USDA-Agricultural Research Service, Cropping Systems and Water Quality Research Unit, 1406 Rollins St., Rm 265, Columbia, MO 65211, USA.
Department of Crop, Soil, and Environmental Sciences, University of Arkansas, 1366 W. Altheimer Dr., Fayetteville, AR 72701, USA.
Sci Total Environ. 2019 Dec 20;697:133931. doi: 10.1016/j.scitotenv.2019.133931. Epub 2019 Aug 18.

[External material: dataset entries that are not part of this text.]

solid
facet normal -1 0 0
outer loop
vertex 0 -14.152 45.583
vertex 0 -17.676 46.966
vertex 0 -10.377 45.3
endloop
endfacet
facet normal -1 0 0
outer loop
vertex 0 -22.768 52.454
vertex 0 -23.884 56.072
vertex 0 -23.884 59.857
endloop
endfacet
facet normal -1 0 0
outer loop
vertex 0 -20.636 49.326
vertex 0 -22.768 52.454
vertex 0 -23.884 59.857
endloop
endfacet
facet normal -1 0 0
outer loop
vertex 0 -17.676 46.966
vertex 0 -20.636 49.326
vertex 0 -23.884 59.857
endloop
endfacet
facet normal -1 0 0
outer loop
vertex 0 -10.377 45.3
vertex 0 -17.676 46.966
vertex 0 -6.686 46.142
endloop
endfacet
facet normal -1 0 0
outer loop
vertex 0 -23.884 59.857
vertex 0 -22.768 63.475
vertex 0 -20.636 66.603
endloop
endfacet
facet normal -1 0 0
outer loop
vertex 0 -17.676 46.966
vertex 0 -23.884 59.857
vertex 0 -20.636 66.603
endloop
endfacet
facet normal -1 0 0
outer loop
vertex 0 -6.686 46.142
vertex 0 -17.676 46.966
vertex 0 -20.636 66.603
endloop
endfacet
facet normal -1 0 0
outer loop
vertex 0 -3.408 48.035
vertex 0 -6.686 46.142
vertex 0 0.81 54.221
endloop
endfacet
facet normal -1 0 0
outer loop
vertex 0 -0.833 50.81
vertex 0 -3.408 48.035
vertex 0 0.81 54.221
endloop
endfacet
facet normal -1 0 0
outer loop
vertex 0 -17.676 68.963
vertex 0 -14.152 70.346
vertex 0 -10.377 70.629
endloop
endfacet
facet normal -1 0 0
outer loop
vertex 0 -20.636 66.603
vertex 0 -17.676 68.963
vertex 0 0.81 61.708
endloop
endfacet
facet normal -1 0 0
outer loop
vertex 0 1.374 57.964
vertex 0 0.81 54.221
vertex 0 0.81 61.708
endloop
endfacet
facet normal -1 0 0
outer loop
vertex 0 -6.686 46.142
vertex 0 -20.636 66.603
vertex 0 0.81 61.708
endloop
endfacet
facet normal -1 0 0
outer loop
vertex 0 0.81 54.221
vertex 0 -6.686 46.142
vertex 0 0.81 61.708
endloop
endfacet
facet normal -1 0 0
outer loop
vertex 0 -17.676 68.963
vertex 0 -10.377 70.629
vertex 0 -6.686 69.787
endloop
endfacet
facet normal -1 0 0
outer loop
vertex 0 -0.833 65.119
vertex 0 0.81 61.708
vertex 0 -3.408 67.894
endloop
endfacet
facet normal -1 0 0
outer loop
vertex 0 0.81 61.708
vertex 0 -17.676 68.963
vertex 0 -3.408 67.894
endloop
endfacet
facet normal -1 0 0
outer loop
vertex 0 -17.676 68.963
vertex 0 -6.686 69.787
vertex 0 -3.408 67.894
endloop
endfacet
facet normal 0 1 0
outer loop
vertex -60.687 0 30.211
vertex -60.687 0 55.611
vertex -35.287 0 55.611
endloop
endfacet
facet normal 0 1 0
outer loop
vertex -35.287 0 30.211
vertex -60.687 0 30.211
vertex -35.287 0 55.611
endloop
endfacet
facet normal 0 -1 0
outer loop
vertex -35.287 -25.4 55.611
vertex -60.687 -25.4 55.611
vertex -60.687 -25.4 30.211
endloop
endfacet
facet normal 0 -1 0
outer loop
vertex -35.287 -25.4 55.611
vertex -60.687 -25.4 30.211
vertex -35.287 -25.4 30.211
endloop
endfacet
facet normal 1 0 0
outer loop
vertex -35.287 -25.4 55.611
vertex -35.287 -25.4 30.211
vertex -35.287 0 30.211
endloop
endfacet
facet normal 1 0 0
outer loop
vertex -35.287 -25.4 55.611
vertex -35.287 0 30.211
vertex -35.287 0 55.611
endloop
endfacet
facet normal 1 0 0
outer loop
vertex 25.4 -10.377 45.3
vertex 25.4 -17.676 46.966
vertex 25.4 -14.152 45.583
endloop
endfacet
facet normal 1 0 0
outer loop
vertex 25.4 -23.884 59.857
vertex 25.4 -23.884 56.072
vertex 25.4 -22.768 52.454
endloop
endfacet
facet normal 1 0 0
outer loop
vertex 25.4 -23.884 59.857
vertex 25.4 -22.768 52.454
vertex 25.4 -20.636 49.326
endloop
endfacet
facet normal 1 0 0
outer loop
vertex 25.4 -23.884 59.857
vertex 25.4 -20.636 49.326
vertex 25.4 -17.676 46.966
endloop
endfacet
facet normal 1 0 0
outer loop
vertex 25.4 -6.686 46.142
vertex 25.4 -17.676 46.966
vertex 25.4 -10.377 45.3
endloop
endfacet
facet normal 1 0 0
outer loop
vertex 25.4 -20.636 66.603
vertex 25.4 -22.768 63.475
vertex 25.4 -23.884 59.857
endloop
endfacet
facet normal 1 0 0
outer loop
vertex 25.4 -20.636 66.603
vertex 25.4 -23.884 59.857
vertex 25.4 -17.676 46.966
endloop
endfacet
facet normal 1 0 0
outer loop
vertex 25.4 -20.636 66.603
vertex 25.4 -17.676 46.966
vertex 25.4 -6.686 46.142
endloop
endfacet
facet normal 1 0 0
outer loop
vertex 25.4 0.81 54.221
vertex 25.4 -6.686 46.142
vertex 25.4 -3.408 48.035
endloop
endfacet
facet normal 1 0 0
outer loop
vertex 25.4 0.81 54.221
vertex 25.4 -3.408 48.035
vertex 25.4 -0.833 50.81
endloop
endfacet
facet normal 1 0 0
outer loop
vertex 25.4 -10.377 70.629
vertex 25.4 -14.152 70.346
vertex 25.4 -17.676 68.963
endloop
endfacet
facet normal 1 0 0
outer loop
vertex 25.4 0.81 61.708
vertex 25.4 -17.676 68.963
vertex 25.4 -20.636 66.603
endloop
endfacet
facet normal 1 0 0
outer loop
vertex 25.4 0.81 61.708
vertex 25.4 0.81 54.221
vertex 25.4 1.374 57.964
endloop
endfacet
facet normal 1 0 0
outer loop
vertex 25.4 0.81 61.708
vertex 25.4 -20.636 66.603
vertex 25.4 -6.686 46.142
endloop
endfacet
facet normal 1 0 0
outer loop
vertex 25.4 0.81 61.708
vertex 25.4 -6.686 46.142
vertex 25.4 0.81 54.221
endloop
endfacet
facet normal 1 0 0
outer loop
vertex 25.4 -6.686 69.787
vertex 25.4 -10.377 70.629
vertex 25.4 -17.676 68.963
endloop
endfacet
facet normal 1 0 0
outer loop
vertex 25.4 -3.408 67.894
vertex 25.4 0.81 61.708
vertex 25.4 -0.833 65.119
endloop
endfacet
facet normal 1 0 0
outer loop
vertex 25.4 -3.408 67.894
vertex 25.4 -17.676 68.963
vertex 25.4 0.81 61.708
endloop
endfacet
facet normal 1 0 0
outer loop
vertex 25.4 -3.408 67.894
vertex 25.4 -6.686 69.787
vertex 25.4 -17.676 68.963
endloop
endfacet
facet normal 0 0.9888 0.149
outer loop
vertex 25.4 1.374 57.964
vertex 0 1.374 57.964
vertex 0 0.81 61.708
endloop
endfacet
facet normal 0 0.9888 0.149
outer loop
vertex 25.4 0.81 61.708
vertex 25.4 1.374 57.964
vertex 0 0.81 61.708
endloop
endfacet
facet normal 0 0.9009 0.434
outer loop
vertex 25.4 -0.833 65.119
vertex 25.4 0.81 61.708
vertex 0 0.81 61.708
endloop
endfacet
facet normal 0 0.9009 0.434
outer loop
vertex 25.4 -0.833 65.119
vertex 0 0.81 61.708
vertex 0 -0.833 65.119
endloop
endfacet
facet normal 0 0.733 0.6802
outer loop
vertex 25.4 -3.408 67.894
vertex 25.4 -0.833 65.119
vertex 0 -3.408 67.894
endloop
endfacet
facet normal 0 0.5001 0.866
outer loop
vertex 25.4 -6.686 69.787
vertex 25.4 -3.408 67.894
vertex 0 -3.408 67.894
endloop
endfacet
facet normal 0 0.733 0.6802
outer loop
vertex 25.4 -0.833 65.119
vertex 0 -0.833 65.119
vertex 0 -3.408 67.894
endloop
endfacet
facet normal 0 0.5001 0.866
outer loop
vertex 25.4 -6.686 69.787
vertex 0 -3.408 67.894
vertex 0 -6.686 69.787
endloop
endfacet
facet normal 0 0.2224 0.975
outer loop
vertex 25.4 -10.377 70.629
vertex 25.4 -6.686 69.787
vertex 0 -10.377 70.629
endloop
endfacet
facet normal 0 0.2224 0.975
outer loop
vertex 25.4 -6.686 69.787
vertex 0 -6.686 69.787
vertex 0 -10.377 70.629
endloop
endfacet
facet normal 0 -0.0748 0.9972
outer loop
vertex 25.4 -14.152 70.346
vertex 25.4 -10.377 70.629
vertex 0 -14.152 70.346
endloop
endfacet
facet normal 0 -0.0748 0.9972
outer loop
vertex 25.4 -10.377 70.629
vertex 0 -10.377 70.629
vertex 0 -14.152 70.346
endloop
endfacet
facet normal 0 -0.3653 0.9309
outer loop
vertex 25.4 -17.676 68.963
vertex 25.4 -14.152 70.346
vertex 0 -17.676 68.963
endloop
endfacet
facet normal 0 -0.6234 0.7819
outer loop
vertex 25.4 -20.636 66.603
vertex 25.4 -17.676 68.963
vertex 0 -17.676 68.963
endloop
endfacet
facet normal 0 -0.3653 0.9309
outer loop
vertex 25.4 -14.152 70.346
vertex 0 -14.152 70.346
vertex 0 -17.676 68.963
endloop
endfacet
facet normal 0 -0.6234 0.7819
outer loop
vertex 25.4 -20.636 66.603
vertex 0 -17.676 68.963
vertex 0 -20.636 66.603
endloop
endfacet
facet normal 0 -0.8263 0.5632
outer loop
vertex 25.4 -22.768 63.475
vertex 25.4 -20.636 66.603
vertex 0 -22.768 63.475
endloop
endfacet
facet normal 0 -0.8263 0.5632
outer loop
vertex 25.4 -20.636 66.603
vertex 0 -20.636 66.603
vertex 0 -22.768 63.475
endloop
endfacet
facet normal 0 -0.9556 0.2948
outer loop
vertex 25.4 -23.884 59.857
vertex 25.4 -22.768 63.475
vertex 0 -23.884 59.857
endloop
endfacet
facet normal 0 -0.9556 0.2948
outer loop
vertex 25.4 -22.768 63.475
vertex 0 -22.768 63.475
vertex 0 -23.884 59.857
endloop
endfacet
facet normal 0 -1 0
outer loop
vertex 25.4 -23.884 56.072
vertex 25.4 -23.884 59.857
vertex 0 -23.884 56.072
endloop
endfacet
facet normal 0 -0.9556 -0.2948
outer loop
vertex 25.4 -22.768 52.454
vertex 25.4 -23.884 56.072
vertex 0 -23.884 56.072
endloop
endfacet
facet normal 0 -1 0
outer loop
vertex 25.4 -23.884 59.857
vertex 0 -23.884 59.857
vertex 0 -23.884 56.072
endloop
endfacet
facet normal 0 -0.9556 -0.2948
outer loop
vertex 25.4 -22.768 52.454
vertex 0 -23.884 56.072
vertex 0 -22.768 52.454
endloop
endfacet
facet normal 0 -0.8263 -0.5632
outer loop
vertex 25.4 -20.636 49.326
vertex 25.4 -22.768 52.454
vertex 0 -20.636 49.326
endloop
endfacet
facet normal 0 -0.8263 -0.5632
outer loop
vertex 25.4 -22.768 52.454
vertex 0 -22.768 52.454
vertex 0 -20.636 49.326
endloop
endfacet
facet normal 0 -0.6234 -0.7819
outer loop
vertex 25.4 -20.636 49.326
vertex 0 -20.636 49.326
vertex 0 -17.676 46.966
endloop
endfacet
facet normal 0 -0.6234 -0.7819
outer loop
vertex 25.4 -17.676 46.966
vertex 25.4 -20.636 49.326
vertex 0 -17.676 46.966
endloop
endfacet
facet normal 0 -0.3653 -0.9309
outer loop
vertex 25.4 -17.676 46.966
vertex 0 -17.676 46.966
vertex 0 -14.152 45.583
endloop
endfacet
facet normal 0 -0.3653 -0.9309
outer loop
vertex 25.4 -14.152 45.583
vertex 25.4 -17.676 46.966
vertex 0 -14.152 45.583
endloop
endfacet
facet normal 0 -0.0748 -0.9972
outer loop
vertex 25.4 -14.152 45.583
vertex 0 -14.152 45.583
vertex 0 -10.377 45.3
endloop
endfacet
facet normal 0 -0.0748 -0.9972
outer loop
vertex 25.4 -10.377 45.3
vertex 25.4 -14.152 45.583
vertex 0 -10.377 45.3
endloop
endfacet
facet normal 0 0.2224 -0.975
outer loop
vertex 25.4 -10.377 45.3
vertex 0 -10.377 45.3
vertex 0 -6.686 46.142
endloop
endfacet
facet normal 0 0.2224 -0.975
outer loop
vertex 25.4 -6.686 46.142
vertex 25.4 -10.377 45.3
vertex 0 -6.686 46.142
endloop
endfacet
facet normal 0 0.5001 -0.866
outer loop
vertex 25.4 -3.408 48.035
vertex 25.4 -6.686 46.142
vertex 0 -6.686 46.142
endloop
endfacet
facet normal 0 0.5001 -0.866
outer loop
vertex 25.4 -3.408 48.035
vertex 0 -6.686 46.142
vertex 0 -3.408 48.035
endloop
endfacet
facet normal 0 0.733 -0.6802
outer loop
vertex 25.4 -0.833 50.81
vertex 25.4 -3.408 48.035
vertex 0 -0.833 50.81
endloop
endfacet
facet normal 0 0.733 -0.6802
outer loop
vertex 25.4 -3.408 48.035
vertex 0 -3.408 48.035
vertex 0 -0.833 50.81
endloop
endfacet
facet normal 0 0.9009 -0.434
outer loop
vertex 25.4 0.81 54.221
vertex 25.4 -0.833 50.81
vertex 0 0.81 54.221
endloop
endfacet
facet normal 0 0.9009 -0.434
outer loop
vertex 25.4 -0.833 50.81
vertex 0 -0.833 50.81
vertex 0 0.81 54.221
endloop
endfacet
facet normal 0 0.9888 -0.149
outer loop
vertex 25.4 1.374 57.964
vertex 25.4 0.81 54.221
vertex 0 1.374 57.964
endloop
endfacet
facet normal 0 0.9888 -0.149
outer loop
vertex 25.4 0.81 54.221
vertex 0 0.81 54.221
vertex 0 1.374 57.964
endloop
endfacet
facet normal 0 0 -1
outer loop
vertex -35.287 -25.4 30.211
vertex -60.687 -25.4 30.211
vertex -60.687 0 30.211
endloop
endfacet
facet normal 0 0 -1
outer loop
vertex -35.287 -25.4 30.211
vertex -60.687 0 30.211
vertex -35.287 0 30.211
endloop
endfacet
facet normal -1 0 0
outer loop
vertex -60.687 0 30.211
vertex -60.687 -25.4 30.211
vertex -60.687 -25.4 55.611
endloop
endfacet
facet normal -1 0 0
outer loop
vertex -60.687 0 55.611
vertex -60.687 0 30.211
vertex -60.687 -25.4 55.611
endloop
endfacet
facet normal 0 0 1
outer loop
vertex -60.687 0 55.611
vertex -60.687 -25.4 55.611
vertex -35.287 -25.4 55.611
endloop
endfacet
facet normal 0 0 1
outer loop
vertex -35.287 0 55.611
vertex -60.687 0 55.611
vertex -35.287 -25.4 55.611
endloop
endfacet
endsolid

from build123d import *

# Parameters (mm, degrees)
F0_W     = 25.4
F0_H     = 25.4
F1_DEPTH = 25.4
F2_R     = 12.7
F3_DEPTH = 25.4


with BuildPart() as f1:
    # F0 (on Front) → F1 (new body)
    with BuildSketch(Plane.XZ):
        with Locations((-47.986574, 42.910739)):
            Rectangle(F0_W, F0_H)
    extrude(amount=F1_DEPTH)


with BuildPart() as f3:
    # F2 (on Right) → F3 (new body)
    with BuildSketch(Plane.YZ):
        with Locations((-11.326102, 57.96444)):
            Circle(F2_R)
    extrude(amount=F3_DEPTH)


solid = Compound([f1.part, f3.part])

Streams in the Salt River Basin (SRB) of northeastern Missouri, USA, have been chronically contaminated by atrazine and metabolites, with peak annual transport occurring from spring to early summer. Since 2005, increased fall-applied simazine has introduced a second chloro-triazine herbicide that degrades to deisopropylatrazine (DIA), creating the need for a method to partition DIA between its two parent sources - i.e., DIA derived from atrazine (DIA) and that from simazine (DIA). Distinguishing DIA parent sources would extend current understanding of chloro-triazine transport, leading to more accurate risk assessments and improved watershed-scale load estimates. The objectives of this study were to evaluate proposed methods for DIA partitioning, and to apply the most effective method to estimate DIA and DIA concentrations and loads. Three DIA partition methods were developed and statistically evaluated: 1) edge-of-field (EOF) based on DIA and deethylatrazine (DEA) concentrations in runoff from atrazine treated fields; 2) DIA:DEA concentration ratios (DR) in runoff from atrazine treated fields; and 3) concentration ratios of simazine:atrazine (SAR) in streams. Stream samples were collected year-round at 7 SRB stream sites from 2005 to 2010 and daily, quarterly, and annual concentrations and loads of atrazine, DEA, DIA, and simazine computed. The SAR method was superior to EOF and DR in its ability to estimate concentrations and loads of DIA and DIA that were more accurate and highly correlated to observed transport of simazine, atrazine, and DIA. The SAR method results demonstrated the differences in DIA and DIA transport timing, with peak DIA transport occurring from mid-Nov to Apr and peak DIA transport from May to Jun. Dual season triazine applications within a watershed substantially increased the period of high chloro-triazine concentrations in streams from ~3 to ~8 months/yr, potentially increasing the risk of toxicity to aquatic ecosystems.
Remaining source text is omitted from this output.